# TASK ITEM:
Of the material below, only the lines from the line containing "v63 (81.3,10,0)" down to the line containing "e86 v50 v64 LINE" belong in the answer, written out exactly.

# EXERCISE INPUTS:

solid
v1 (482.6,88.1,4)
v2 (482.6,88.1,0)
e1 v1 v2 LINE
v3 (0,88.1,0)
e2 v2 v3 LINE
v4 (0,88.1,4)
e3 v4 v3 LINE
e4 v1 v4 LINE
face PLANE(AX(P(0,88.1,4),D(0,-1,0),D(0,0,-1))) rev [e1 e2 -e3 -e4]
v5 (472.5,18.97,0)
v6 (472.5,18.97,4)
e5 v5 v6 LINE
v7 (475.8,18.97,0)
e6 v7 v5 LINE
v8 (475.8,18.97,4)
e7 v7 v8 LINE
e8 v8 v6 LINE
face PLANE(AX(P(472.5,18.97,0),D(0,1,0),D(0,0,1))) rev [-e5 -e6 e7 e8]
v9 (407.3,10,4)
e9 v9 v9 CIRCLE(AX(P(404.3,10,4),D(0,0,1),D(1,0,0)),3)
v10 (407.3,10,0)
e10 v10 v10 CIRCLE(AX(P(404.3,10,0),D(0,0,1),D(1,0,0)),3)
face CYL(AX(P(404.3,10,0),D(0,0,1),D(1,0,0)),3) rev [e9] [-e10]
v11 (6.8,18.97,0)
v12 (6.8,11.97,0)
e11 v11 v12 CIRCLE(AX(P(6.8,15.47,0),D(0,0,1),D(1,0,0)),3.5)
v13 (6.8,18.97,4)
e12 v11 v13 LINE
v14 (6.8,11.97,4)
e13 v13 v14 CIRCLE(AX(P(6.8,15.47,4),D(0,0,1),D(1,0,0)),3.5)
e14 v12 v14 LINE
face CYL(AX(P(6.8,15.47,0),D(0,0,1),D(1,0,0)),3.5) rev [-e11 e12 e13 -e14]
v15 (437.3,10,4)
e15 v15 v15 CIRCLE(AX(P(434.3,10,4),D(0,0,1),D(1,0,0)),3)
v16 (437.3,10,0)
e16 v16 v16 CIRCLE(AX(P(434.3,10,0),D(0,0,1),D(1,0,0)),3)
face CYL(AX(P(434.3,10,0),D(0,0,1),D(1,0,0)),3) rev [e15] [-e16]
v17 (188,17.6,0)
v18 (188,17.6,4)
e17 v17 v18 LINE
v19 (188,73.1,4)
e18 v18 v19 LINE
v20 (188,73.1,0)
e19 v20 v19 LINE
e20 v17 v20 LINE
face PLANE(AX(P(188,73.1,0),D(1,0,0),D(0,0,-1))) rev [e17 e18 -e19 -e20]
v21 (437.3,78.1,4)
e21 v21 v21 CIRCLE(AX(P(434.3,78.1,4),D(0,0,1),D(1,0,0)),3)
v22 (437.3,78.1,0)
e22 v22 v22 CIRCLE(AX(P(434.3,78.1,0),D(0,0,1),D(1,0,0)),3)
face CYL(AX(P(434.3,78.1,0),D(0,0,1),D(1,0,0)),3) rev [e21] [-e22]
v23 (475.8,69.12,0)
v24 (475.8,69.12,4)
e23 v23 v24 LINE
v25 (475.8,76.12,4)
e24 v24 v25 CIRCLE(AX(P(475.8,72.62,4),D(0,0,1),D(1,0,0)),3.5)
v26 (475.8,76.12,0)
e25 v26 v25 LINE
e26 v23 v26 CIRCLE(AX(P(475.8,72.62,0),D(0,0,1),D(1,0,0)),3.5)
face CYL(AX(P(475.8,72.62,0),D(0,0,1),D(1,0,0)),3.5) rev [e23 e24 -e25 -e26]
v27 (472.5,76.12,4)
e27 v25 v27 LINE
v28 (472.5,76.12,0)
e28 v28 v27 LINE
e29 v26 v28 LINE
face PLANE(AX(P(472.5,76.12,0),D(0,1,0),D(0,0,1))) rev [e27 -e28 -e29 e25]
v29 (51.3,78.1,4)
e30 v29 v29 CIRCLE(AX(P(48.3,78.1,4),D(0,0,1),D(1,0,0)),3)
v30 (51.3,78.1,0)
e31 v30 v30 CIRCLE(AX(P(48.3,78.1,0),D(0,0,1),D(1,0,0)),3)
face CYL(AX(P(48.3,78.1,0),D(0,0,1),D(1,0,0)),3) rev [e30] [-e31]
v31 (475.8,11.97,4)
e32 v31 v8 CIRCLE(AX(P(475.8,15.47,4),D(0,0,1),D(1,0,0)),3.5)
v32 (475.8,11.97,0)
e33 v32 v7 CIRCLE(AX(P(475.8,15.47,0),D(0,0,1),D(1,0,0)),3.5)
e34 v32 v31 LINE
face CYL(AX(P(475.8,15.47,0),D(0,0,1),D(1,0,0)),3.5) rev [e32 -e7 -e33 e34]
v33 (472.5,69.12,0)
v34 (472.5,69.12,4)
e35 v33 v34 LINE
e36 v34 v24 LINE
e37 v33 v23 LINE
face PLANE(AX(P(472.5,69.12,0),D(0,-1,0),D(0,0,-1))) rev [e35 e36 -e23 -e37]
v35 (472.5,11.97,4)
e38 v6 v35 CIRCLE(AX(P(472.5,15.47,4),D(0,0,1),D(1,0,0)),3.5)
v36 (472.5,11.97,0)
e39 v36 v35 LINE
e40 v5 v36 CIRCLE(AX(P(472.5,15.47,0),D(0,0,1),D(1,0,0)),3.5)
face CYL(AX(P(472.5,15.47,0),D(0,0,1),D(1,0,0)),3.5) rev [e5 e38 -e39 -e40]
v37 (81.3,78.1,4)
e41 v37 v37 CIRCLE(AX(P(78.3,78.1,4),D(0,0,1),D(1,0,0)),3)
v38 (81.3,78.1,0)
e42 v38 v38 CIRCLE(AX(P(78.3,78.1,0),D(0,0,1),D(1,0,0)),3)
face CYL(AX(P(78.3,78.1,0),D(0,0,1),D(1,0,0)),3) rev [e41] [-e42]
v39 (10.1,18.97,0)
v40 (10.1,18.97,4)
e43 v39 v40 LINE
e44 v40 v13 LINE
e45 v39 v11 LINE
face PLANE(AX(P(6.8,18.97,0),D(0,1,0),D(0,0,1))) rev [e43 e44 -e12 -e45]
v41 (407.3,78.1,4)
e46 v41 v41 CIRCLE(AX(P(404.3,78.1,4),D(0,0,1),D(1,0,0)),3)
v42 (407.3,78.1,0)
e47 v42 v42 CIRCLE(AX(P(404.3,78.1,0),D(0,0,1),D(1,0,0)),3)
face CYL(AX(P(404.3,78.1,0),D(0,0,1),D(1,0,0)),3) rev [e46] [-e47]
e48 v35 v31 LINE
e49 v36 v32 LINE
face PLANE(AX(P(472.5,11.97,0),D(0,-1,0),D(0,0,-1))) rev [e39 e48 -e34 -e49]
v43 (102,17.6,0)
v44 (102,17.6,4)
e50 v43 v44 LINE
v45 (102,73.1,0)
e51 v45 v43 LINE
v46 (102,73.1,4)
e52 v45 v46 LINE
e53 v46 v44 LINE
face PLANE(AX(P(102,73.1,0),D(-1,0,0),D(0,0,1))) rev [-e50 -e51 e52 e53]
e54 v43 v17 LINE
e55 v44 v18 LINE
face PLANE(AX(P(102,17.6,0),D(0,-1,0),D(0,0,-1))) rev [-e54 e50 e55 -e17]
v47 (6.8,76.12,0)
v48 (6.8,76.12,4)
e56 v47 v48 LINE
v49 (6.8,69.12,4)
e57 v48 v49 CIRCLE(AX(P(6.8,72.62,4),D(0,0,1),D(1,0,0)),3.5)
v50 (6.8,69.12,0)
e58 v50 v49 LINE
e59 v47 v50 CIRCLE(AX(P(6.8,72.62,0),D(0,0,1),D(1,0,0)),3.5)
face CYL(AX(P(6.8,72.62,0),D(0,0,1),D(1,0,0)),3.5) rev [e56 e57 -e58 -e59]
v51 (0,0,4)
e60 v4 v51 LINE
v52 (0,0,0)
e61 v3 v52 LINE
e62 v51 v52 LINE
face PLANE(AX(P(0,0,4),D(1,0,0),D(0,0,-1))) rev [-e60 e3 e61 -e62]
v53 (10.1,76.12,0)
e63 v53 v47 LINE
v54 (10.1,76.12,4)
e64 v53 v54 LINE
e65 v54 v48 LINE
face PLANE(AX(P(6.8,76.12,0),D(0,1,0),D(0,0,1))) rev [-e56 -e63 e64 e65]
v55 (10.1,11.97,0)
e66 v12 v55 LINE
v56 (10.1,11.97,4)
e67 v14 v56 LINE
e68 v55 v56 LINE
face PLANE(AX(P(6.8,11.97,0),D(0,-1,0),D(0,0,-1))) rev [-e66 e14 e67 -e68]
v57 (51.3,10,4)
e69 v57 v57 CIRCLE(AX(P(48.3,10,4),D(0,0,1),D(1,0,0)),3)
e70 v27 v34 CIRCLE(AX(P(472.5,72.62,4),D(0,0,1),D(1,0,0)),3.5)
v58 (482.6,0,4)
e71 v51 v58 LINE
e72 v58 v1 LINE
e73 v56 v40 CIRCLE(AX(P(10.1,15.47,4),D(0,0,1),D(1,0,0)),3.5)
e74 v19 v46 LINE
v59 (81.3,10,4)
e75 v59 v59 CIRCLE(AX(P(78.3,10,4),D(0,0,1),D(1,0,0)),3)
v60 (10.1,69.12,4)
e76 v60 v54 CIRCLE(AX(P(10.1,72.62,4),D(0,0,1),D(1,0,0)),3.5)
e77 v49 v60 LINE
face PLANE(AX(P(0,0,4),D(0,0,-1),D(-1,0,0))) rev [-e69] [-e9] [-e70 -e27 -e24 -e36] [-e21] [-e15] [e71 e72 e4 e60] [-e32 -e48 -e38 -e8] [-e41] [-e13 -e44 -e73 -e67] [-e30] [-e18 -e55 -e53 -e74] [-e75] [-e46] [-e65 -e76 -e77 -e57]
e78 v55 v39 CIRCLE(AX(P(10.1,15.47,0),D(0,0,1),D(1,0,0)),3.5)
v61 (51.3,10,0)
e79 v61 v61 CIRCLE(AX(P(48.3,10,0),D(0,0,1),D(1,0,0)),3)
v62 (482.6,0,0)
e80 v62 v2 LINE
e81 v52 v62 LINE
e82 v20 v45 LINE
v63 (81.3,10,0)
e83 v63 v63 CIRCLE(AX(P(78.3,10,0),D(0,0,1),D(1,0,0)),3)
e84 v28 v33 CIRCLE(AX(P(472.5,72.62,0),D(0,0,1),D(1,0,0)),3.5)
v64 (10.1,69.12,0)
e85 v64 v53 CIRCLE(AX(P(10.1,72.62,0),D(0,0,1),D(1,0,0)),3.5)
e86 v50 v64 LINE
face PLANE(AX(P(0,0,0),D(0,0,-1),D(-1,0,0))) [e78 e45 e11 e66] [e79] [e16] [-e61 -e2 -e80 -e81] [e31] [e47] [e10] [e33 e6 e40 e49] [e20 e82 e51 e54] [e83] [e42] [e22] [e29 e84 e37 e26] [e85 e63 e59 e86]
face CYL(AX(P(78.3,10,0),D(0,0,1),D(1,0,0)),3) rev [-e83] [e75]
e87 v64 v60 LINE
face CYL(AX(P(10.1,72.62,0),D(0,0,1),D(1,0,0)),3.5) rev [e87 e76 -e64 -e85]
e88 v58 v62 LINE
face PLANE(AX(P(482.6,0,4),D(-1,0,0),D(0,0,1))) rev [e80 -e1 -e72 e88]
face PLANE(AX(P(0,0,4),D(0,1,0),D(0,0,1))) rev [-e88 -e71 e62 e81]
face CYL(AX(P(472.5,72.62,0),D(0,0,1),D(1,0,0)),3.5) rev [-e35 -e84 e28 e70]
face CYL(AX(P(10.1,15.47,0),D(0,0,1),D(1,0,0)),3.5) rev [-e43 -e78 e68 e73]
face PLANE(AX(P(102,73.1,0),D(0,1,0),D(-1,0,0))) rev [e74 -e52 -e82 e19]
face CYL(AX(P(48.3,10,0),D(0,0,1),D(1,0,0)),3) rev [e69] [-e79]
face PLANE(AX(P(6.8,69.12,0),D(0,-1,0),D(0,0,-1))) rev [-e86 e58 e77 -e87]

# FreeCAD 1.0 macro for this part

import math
import FreeCAD as App
import Part
import Sketcher
from FreeCAD import Vector
Q = App.Units.Quantity

doc = App.newDocument("Part")
params = doc.addObject("Spreadsheet::Sheet", "Params")
for row, (alias, value) in enumerate([
    ("sketch1_width", "482.6 mm"),
    ("sketch1_height", "88.1 mm"),
    ("pad1_length", "4 mm"),
    ("sketch2_radius", "3.5 mm"),
    ("sketch2_width", "3.3 mm"),
    ("sketch3_diameter", "6 mm"),
    ("sketch4_width", "86 mm"),
    ("sketch4_height", "55.5 mm"),
], start=1):
    params.set(f"A{row}", alias)
    params.set(f"B{row}", "=" + value)
    params.setAlias(f"B{row}", alias)

body = doc.addObject("PartDesign::Body", "Body")

# Sketch on XY plane
sketch1 = body.newObject("Sketcher::SketchObject", "Sketch")
sketch1.AttachmentSupport = (doc.getObject("XY_Plane"), [""])
sketch1.MapMode = "FlatFace"
sketch1.addGeometry([
    Part.LineSegment(Vector(0, 88.1, 0), Vector(0, 0, 0)),
    Part.LineSegment(Vector(0, 0, 0), Vector(482.6, 0, 0)),
    Part.LineSegment(Vector(482.6, 0, 0), Vector(482.6, 88.1, 0)),
    Part.LineSegment(Vector(482.6, 88.1, 0), Vector(0, 88.1, 0)),
], False)
sketch1.addConstraint([
    Sketcher.Constraint("Coincident", 0, 2, 1, 1),
    Sketcher.Constraint("Coincident", 1, 2, 2, 1),
    Sketcher.Constraint("Coincident", 2, 2, 3, 1),
    Sketcher.Constraint("Coincident", 3, 2, 0, 1),
    Sketcher.Constraint("Vertical", 0),
    Sketcher.Constraint("Horizontal", 1),
    Sketcher.Constraint("Vertical", 2),
    Sketcher.Constraint("Horizontal", 3),
    Sketcher.Constraint("Coincident", 0, 2, -1, 1),
    Sketcher.Constraint("DistanceX", 1, 1, 1, 2, Q("482.6 mm")),
    Sketcher.Constraint("DistanceY", 0, 2, 0, 1, Q("88.1 mm")),
])
sketch1.setExpression("Constraints[9]", "Params.sketch1_width")
sketch1.setExpression("Constraints[10]", "Params.sketch1_height")
pad1 = body.newObject("PartDesign::Pad", "Pad")
pad1.Profile = sketch1
pad1.setExpression("Length", "Params.pad1_length")

# Sketch on XY plane
sketch2 = body.newObject("Sketcher::SketchObject", "Sketch001")
sketch2.AttachmentSupport = (doc.getObject("XY_Plane"), [""])
sketch2.MapMode = "FlatFace"
sketch2.AttachmentOffset = App.Placement(Vector(0, 0, 4), App.Rotation())
sketch2.addGeometry([
    Part.LineSegment(Vector(10.1, 76.12, 0), Vector(6.8, 76.12, 0)),  # 0
    Part.ArcOfCircle(Part.Circle(Vector(6.8, 72.62, 0), Vector(0, 0, 1), 3.5), math.radians(90), math.radians(270)),  # 1
    Part.LineSegment(Vector(6.8, 69.12, 0), Vector(10.1, 69.12, 0)),  # 2
    Part.ArcOfCircle(Part.Circle(Vector(10.1, 72.62, 0), Vector(0, 0, 1), 3.5), math.radians(-90), math.radians(90)),  # 3
    Part.LineSegment(Vector(475.8, 76.12, 0), Vector(472.5, 76.12, 0)),  # 4
    Part.ArcOfCircle(Part.Circle(Vector(472.5, 72.62, 0), Vector(0, 0, 1), 3.5), math.radians(90), math.radians(270)),  # 5
    Part.LineSegment(Vector(472.5, 69.12, 0), Vector(475.8, 69.12, 0)),  # 6
    Part.ArcOfCircle(Part.Circle(Vector(475.8, 72.62, 0), Vector(0, 0, 1), 3.5), math.radians(-90), math.radians(90)),  # 7
    Part.LineSegment(Vector(475.8, 18.97, 0), Vector(472.5, 18.97, 0)),  # 8
    Part.ArcOfCircle(Part.Circle(Vector(472.5, 15.47, 0), Vector(0, 0, 1), 3.5), math.radians(90), math.radians(270)),  # 9
    Part.LineSegment(Vector(472.5, 11.97, 0), Vector(475.8, 11.97, 0)),  # 10
    Part.ArcOfCircle(Part.Circle(Vector(475.8, 15.47, 0), Vector(0, 0, 1), 3.5), math.radians(-90), math.radians(90)),  # 11
    Part.LineSegment(Vector(10.1, 18.97, 0), Vector(6.8, 18.97, 0)),  # 12
    Part.ArcOfCircle(Part.Circle(Vector(6.8, 15.47, 0), Vector(0, 0, 1), 3.5), math.radians(90), math.radians(270)),  # 13
    Part.LineSegment(Vector(6.8, 11.97, 0), Vector(10.1, 11.97, 0)),  # 14
    Part.ArcOfCircle(Part.Circle(Vector(10.1, 15.47, 0), Vector(0, 0, 1), 3.5), math.radians(-90), math.radians(90)),  # 15
], False)
sketch2.addConstraint([
    Sketcher.Constraint("Tangent", 0, 2, 1, 1),
    Sketcher.Constraint("Tangent", 1, 2, 2, 1),
    Sketcher.Constraint("Tangent", 2, 2, 3, 1),
    Sketcher.Constraint("Tangent", 3, 2, 0, 1),
    Sketcher.Constraint("Tangent", 4, 2, 5, 1),
    Sketcher.Constraint("Tangent", 5, 2, 6, 1),
    Sketcher.Constraint("Tangent", 6, 2, 7, 1),
    Sketcher.Constraint("Tangent", 7, 2, 4, 1),
    Sketcher.Constraint("Tangent", 8, 2, 9, 1),
    Sketcher.Constraint("Tangent", 9, 2, 10, 1),
    Sketcher.Constraint("Tangent", 10, 2, 11, 1),
    Sketcher.Constraint("Tangent", 11, 2, 8, 1),
    Sketcher.Constraint("Tangent", 12, 2, 13, 1),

# YOUR SOLUTION:
v63 (81.3,10,0)
e83 v63 v63 CIRCLE(AX(P(78.3,10,0),D(0,0,1),D(1,0,0)),3)
e84 v28 v33 CIRCLE(AX(P(472.5,72.62,0),D(0,0,1),D(1,0,0)),3.5)
v64 (10.1,69.12,0)
e85 v64 v53 CIRCLE(AX(P(10.1,72.62,0),D(0,0,1),D(1,0,0)),3.5)
e86 v50 v64 LINE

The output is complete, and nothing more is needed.